Top of Provided data

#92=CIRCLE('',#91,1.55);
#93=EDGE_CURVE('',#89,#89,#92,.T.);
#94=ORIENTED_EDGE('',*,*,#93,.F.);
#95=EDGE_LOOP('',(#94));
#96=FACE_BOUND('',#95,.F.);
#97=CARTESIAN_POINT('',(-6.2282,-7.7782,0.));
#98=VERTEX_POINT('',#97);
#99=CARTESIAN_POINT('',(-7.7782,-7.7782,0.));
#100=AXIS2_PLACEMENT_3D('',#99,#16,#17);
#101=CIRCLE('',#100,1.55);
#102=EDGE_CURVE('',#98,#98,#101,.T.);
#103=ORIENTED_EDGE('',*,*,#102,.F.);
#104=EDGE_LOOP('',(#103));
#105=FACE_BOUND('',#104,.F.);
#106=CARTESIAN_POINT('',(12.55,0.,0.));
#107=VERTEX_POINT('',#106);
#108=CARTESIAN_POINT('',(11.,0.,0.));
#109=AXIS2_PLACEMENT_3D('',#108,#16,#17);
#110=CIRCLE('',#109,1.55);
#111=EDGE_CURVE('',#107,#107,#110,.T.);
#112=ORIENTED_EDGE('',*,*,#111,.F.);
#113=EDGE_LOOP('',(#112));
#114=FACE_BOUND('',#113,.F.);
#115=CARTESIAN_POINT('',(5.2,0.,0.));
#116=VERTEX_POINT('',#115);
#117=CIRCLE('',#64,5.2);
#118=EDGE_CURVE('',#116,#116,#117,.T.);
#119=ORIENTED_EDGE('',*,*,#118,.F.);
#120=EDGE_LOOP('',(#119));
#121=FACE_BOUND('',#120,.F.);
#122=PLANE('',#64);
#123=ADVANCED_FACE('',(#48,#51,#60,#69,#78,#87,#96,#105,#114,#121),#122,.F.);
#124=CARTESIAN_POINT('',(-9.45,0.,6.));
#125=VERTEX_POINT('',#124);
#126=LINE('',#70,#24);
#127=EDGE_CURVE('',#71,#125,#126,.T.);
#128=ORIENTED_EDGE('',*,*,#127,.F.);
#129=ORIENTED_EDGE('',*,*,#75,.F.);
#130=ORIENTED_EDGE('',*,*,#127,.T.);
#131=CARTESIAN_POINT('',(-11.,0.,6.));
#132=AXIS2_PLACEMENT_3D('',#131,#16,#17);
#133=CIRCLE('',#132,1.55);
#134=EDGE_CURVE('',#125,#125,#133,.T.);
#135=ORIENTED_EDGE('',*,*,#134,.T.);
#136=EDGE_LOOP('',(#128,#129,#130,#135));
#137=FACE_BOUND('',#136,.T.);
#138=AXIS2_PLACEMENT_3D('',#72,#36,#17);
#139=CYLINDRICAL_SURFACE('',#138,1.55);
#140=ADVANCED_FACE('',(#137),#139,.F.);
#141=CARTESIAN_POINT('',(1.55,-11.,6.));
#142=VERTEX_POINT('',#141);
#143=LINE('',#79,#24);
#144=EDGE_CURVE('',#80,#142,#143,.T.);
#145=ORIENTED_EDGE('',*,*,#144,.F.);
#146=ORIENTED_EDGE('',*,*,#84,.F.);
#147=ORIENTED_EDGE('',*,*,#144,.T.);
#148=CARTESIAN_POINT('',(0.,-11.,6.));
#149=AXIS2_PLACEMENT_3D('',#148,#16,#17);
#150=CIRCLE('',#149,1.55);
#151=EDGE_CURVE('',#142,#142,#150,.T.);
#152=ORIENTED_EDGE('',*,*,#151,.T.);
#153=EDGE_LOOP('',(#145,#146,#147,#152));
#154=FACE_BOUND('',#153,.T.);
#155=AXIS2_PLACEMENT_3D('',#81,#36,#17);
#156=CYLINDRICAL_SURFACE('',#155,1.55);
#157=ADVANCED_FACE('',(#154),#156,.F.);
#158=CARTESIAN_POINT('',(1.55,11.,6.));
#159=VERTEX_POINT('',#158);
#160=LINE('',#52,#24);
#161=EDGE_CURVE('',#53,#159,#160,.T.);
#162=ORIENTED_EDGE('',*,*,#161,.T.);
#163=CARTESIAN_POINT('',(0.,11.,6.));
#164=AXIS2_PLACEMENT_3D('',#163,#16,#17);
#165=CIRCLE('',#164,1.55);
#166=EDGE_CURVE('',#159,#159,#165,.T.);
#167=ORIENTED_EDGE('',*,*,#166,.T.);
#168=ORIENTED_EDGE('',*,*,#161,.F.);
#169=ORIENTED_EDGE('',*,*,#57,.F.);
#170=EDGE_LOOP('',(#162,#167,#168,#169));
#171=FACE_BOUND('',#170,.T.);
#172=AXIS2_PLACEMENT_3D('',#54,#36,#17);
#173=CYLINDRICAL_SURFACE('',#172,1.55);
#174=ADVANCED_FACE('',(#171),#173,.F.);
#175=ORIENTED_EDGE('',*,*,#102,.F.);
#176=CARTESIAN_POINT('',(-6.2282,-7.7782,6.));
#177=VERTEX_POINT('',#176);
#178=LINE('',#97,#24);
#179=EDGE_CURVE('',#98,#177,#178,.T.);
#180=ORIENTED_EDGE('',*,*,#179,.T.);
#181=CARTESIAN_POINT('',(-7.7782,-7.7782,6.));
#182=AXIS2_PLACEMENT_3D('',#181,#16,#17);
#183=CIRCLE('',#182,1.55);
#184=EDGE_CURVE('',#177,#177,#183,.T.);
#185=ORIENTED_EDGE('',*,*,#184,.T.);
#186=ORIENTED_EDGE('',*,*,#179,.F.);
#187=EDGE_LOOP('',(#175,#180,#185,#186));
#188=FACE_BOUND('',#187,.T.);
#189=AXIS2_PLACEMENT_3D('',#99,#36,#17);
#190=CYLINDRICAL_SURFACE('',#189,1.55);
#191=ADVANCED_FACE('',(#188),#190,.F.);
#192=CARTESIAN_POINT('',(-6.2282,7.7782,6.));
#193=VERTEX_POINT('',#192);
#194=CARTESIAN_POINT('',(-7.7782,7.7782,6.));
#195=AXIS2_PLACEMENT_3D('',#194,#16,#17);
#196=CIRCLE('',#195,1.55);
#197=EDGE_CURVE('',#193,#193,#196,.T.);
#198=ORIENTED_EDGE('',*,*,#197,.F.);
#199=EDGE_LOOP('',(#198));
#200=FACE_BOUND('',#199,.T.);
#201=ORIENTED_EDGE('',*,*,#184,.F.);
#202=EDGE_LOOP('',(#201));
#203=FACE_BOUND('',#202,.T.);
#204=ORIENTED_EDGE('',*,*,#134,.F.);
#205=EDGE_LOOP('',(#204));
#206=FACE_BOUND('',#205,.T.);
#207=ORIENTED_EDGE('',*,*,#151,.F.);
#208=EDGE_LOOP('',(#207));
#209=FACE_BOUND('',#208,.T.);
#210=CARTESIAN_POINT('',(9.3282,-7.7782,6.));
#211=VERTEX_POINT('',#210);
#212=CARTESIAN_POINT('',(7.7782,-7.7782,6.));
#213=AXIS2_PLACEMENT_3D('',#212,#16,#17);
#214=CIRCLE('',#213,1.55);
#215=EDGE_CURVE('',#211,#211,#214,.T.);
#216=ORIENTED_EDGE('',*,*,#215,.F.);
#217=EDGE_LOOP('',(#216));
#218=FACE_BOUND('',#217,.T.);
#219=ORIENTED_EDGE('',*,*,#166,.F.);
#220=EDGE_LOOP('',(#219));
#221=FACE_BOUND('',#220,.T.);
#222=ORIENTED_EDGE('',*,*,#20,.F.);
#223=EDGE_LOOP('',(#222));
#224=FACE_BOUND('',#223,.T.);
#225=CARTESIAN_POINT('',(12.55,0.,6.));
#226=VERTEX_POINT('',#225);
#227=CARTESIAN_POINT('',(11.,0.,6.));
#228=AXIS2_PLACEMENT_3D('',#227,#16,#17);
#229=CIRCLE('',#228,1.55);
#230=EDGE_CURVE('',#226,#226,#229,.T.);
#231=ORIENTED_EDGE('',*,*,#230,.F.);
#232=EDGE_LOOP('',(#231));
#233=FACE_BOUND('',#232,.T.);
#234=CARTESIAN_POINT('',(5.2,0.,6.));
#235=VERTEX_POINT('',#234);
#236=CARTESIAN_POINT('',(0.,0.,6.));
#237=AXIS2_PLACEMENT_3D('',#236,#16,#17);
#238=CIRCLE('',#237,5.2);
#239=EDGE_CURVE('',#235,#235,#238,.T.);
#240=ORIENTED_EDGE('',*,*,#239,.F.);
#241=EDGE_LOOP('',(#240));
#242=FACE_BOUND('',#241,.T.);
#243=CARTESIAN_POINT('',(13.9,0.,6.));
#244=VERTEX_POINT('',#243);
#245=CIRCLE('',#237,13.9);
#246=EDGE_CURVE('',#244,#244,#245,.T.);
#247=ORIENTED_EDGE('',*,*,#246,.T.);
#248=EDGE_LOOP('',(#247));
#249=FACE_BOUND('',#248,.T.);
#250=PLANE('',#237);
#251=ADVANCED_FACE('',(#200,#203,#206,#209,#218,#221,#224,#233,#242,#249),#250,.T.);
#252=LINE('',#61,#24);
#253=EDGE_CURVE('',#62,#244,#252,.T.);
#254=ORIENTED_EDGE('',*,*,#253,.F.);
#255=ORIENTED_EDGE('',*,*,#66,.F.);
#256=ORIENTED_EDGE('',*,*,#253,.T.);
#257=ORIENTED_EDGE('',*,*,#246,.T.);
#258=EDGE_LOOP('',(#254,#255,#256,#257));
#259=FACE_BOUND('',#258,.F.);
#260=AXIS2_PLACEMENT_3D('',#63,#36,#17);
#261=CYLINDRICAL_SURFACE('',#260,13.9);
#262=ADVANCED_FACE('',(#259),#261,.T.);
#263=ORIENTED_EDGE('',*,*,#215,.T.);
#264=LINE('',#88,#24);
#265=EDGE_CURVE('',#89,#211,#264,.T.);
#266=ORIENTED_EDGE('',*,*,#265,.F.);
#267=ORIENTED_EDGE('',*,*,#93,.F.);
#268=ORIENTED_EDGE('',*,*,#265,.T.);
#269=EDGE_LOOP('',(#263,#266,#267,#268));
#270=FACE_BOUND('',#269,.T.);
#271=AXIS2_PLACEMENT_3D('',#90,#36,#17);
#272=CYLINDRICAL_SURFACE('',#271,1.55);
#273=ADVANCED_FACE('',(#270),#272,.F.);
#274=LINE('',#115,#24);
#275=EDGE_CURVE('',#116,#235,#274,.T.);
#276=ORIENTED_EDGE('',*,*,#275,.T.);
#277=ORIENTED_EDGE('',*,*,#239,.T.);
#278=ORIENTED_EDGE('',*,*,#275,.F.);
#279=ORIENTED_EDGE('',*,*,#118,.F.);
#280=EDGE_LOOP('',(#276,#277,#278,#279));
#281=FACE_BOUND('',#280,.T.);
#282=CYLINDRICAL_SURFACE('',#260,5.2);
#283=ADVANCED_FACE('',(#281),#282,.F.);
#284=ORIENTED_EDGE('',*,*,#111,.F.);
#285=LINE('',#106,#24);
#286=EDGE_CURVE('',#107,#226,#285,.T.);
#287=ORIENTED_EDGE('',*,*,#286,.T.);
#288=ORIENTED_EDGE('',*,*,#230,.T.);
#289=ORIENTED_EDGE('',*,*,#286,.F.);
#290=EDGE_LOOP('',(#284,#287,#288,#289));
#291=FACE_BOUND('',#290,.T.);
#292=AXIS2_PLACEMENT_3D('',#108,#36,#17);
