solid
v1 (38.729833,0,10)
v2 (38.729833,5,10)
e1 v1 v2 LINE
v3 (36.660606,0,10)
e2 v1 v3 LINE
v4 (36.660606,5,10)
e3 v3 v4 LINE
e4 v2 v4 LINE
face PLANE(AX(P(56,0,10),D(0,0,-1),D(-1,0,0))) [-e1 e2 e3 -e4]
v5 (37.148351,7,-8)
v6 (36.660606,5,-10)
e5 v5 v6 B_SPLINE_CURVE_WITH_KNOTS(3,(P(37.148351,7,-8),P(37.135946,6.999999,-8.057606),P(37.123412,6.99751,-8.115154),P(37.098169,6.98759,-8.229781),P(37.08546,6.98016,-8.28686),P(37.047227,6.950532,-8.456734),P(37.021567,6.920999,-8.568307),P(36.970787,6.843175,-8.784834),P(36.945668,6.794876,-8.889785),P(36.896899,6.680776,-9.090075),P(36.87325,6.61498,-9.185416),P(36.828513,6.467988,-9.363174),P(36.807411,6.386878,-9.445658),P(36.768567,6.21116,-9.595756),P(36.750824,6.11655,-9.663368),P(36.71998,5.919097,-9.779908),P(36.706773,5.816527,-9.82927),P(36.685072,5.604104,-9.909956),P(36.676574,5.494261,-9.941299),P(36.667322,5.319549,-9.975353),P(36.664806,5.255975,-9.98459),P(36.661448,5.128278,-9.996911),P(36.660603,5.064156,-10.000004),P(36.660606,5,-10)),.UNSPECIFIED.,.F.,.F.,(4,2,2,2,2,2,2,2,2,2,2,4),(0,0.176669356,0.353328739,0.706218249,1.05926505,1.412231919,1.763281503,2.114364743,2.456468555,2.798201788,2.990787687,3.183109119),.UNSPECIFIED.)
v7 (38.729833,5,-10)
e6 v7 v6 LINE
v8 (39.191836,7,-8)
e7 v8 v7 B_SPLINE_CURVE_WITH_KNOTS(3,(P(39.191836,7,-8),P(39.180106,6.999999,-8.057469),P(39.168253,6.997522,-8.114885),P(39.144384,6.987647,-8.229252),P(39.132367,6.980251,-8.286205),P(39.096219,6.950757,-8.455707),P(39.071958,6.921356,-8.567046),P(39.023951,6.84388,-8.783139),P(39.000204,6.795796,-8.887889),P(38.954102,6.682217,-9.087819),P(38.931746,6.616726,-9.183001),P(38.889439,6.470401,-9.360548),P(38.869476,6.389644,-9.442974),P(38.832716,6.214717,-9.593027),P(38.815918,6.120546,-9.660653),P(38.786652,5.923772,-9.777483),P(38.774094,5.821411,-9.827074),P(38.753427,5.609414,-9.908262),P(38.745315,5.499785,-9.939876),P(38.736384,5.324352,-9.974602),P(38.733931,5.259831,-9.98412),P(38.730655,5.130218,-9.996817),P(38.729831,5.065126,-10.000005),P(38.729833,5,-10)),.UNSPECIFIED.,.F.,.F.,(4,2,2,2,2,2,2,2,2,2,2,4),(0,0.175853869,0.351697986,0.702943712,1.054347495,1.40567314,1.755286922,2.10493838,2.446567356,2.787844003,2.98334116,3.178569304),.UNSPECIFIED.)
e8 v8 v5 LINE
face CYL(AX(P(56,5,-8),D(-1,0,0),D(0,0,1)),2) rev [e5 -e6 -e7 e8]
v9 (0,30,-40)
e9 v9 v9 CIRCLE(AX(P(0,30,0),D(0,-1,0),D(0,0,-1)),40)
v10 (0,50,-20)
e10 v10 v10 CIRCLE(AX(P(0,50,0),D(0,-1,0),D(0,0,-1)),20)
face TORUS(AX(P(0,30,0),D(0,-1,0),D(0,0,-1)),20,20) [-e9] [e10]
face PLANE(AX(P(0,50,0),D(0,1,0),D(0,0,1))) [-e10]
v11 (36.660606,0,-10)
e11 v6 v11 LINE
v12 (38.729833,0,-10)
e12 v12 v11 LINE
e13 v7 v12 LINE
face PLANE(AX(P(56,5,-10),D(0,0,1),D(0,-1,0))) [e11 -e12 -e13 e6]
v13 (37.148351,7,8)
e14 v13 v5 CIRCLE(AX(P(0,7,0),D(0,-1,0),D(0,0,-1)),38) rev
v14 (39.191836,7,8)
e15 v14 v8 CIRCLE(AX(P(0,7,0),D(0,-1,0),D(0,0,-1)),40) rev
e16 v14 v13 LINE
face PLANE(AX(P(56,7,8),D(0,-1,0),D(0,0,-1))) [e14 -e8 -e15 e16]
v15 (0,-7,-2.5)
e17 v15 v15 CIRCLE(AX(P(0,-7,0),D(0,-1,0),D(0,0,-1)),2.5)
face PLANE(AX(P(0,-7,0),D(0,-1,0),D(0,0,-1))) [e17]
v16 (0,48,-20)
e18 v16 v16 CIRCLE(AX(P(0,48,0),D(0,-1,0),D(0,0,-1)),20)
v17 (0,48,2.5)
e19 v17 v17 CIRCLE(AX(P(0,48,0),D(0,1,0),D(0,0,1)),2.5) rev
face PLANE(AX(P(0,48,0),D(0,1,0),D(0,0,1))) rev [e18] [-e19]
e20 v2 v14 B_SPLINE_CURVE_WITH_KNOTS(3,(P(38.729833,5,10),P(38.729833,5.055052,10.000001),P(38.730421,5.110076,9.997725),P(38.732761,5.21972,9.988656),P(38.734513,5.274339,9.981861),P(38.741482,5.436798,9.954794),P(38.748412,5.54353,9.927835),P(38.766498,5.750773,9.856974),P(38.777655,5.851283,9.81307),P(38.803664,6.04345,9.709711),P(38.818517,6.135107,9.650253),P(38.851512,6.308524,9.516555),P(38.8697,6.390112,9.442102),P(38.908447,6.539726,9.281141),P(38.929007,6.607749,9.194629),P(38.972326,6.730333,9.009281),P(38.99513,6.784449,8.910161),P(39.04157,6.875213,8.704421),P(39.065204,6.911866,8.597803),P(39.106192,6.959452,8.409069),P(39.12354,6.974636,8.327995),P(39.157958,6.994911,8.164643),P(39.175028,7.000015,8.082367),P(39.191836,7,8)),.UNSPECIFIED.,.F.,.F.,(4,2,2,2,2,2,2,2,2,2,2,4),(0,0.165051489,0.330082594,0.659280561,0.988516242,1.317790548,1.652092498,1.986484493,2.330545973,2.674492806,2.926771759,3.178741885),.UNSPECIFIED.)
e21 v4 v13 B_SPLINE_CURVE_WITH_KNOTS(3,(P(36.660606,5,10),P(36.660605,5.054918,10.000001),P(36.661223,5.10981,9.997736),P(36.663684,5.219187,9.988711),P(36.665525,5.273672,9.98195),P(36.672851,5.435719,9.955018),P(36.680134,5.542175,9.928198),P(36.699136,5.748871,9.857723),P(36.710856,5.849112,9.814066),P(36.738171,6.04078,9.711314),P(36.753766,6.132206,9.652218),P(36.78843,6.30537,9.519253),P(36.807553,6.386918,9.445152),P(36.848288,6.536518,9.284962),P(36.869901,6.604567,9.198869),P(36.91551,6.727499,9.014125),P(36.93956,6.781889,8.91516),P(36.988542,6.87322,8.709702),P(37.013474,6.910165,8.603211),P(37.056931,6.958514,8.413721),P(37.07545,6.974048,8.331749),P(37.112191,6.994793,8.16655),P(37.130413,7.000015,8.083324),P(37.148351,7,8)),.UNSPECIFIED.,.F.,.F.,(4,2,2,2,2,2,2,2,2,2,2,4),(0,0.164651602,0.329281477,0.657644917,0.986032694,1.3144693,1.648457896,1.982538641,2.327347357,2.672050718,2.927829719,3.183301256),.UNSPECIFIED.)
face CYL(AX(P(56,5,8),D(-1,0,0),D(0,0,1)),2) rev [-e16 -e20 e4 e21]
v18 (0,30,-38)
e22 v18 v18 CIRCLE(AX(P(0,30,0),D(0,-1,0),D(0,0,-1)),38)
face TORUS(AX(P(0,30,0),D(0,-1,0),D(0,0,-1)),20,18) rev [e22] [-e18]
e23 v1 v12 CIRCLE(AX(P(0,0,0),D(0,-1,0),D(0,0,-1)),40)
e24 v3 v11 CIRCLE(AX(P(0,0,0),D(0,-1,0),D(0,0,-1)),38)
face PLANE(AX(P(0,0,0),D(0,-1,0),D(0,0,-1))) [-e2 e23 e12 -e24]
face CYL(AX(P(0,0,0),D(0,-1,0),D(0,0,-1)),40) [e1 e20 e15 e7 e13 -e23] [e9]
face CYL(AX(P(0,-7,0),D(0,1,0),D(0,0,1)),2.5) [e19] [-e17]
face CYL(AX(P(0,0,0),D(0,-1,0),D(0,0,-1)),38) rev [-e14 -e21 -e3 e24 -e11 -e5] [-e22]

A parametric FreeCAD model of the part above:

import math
import FreeCAD as App
import Part
import Sketcher
from FreeCAD import Vector
Q = App.Units.Quantity


def faces_at(feature, points):
    """Names of the faces that lie closest to the given points."""
    faces = feature.Shape.Faces
    near = lambda p: min(range(len(faces)), key=lambda i: faces[i].distToShape(Part.Vertex(*p))[0])
    return sorted({f"Face{near(p) + 1}" for p in points})

doc = App.newDocument("Part")
params = doc.addObject("Spreadsheet::Sheet", "Params")
for row, (alias, value) in enumerate([
    ("sketch1_radius", "20 mm"),
    ("sketch1_width", "50 mm"),
    ("sketch1_height", "40 mm"),
    ("revolution_angle", "360 deg"),
    ("thickness_wall", "2 mm"),
    ("sketch2_diameter", "5 mm"),
    ("pad1_length", "55 mm"),
    ("sketch3_radius", "2 mm"),
    ("sketch3_width", "5 mm"),
    ("sketch3_height", "20 mm"),
    ("pocket1_length", "50 mm"),
], start=1):
    params.set(f"A{row}", alias)
    params.set(f"B{row}", "=" + value)
    params.setAlias(f"B{row}", alias)

body = doc.addObject("PartDesign::Body", "Body")

# Sketch on YZ plane
sketch1 = body.newObject("Sketcher::SketchObject", "Sketch")
sketch1.AttachmentSupport = (doc.getObject("YZ_Plane"), [""])
sketch1.MapMode = "FlatFace"
sketch1.addGeometry([
    Part.LineSegment(Vector(50, 0, 0), Vector(0, 0, 0)),  # 0
    Part.LineSegment(Vector(0, 0, 0), Vector(0, -40, 0)),  # 1
    Part.LineSegment(Vector(0, -40, 0), Vector(30, -40, 0)),  # 2
    Part.ArcOfCircle(Part.Circle(Vector(30, -20, 0), Vector(0, 0, 1), 20), math.radians(-90), math.radians(0)),  # 3
    Part.LineSegment(Vector(50, -20, 0), Vector(50, 0, 0)),  # 4
], False)
sketch1.addConstraint([
    Sketcher.Constraint("Coincident", 0, 2, 1, 1),
    Sketcher.Constraint("Coincident", 1, 2, 2, 1),
    Sketcher.Constraint("Tangent", 2, 2, 3, 1),
    Sketcher.Constraint("Tangent", 3, 2, 4, 1),
    Sketcher.Constraint("Coincident", 4, 2, 0, 1),
    Sketcher.Constraint("Horizontal", 0),
    Sketcher.Constraint("Vertical", 1),
    Sketcher.Constraint("Horizontal", 2),
    Sketcher.Constraint("Vertical", 4),
    Sketcher.Constraint("Coincident", 0, 2, -1, 1),
    Sketcher.Constraint("Radius", 3, Q("20 mm")),
    Sketcher.Constraint("DistanceX", 0, 2, 0, 1, Q("50 mm")),
    Sketcher.Constraint("DistanceY", 1, 2, 1, 1, Q("40 mm")),
])
sketch1.setExpression("Constraints[10]", "Params.sketch1_radius")
sketch1.setExpression("Constraints[11]", "Params.sketch1_width")
sketch1.setExpression("Constraints[12]", "Params.sketch1_height")
revolution = body.newObject("PartDesign::Revolution", "Revolution")
revolution.Profile = sketch1
revolution.ReferenceAxis = (sketch1, ["H_Axis"])
revolution.setExpression("Angle", "Params.revolution_angle")
doc.recompute()

thickness = body.newObject("PartDesign::Thickness", "Thickness")
thickness.Base = (revolution, faces_at(revolution, [(0, 0, 0)]))
thickness.setExpression("Value", "Params.thickness_wall")
thickness.Reversed = True
thickness.Join = "Intersection"

# Sketch on XZ plane
sketch2 = body.newObject("Sketcher::SketchObject", "Sketch001")
sketch2.AttachmentSupport = (doc.getObject("XZ_Plane"), [""])
sketch2.MapMode = "FlatFace"
sketch2.AttachmentOffset = App.Placement(Vector(0, 0, -48), App.Rotation())
sketch2.addGeometry(Part.Circle(Vector(0, 0, 0), Vector(0, 0, 1), 2.5), False)
sketch2.addConstraint([
    Sketcher.Constraint("Coincident", 0, 3, -1, 1),
    Sketcher.Constraint("Diameter", 0, Q("5 mm")),
])
sketch2.setExpression("Constraints[1]", "Params.sketch2_diameter")
pad1 = body.newObject("PartDesign::Pad", "Pad")
pad1.Profile = sketch2
pad1.setExpression("Length", "Params.pad1_length")

# Sketch on YZ plane
sketch3 = body.newObject("Sketcher::SketchObject", "Sketch002")
sketch3.AttachmentSupport = (doc.getObject("YZ_Plane"), [""])
sketch3.MapMode = "FlatFace"
sketch3.AttachmentOffset = App.Placement(Vector(0, 0, 6), App.Rotation())
sketch3.addGeometry([
    Part.LineSegment(Vector(0, 10, 0), Vector(0, -10, 0)),  # 0
    Part.LineSegment(Vector(0, -10, 0), Vector(5, -10, 0)),  # 1
    Part.ArcOfCircle(Part.Circle(Vector(5, -8, 0), Vector(0, 0, 1), 2), math.radians(-90), math.radians(0)),  # 2
    Part.LineSegment(Vector(7, -8, 0), Vector(7, 8, 0)),  # 3
    Part.ArcOfCircle(Part.Circle(Vector(5, 8, 0), Vector(0, 0, 1), 2), math.radians(0), math.radians(90)),  # 4
    Part.LineSegment(Vector(5, 10, 0), Vector(0, 10, 0)),  # 5
], False)
sketch3.addConstraint([
    Sketcher.Constraint("Coincident", 0, 2, 1, 1),
    Sketcher.Constraint("Tangent", 1, 2, 2, 1),
    Sketcher.Constraint("Tangent", 2, 2, 3, 1),
    Sketcher.Constraint("Tangent", 3, 2, 4, 1),
    Sketcher.Constraint("Tangent", 4, 2, 5, 1),
    Sketcher.Constraint("Coincident", 5, 2, 0, 1),
    Sketcher.Constraint("Vertical", 0),
    Sketcher.Constraint("Horizontal", 1),
    Sketcher.Constraint("Vertical", 3),
    Sketcher.Constraint("Horizontal", 5),
    Sketcher.Constraint("Equal", 2, 4),
    Sketcher.Constraint("Symmetric", 0, 2, 5, 2, -1, 1),
    Sketcher.Constraint("Radius", 2, Q("2 mm")),
    Sketcher.Constraint("DistanceX", 1, 1, 1, 2, Q("5 mm")),
    Sketcher.Constraint("DistanceY", 0, 2, 0, 1, Q("20 mm")),
])
sketch3.setExpression("Constraints[12]", "Params.sketch3_radius")
sketch3.setExpression("Constraints[13]", "Params.sketch3_width")
sketch3.setExpression("Constraints[14]", "Params.sketch3_height")
pocket1 = body.newObject("PartDesign::Pocket", "Pocket")
pocket1.Profile = sketch3
pocket1.setExpression("Length", "Params.pocket1_length")
pocket1.Reversed = True

doc.recompute()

Bottom of Provided data

- What the task asks: Repeat each line of the data above, exactly as it appears, from the first through the line that contains "#101=CIRCLE('',#100,1.55);".

- Written response:
#92=CIRCLE('',#91,1.55);
#93=EDGE_CURVE('',#89,#89,#92,.T.);
#94=ORIENTED_EDGE('',*,*,#93,.F.);
#95=EDGE_LOOP('',(#94));
#96=FACE_BOUND('',#95,.F.);
#97=CARTESIAN_POINT('',(-6.2282,-7.7782,0.));
#98=VERTEX_POINT('',#97);
#99=CARTESIAN_POINT('',(-7.7782,-7.7782,0.));
#100=AXIS2_PLACEMENT_3D('',#99,#16,#17);
#101=CIRCLE('',#100,1.55);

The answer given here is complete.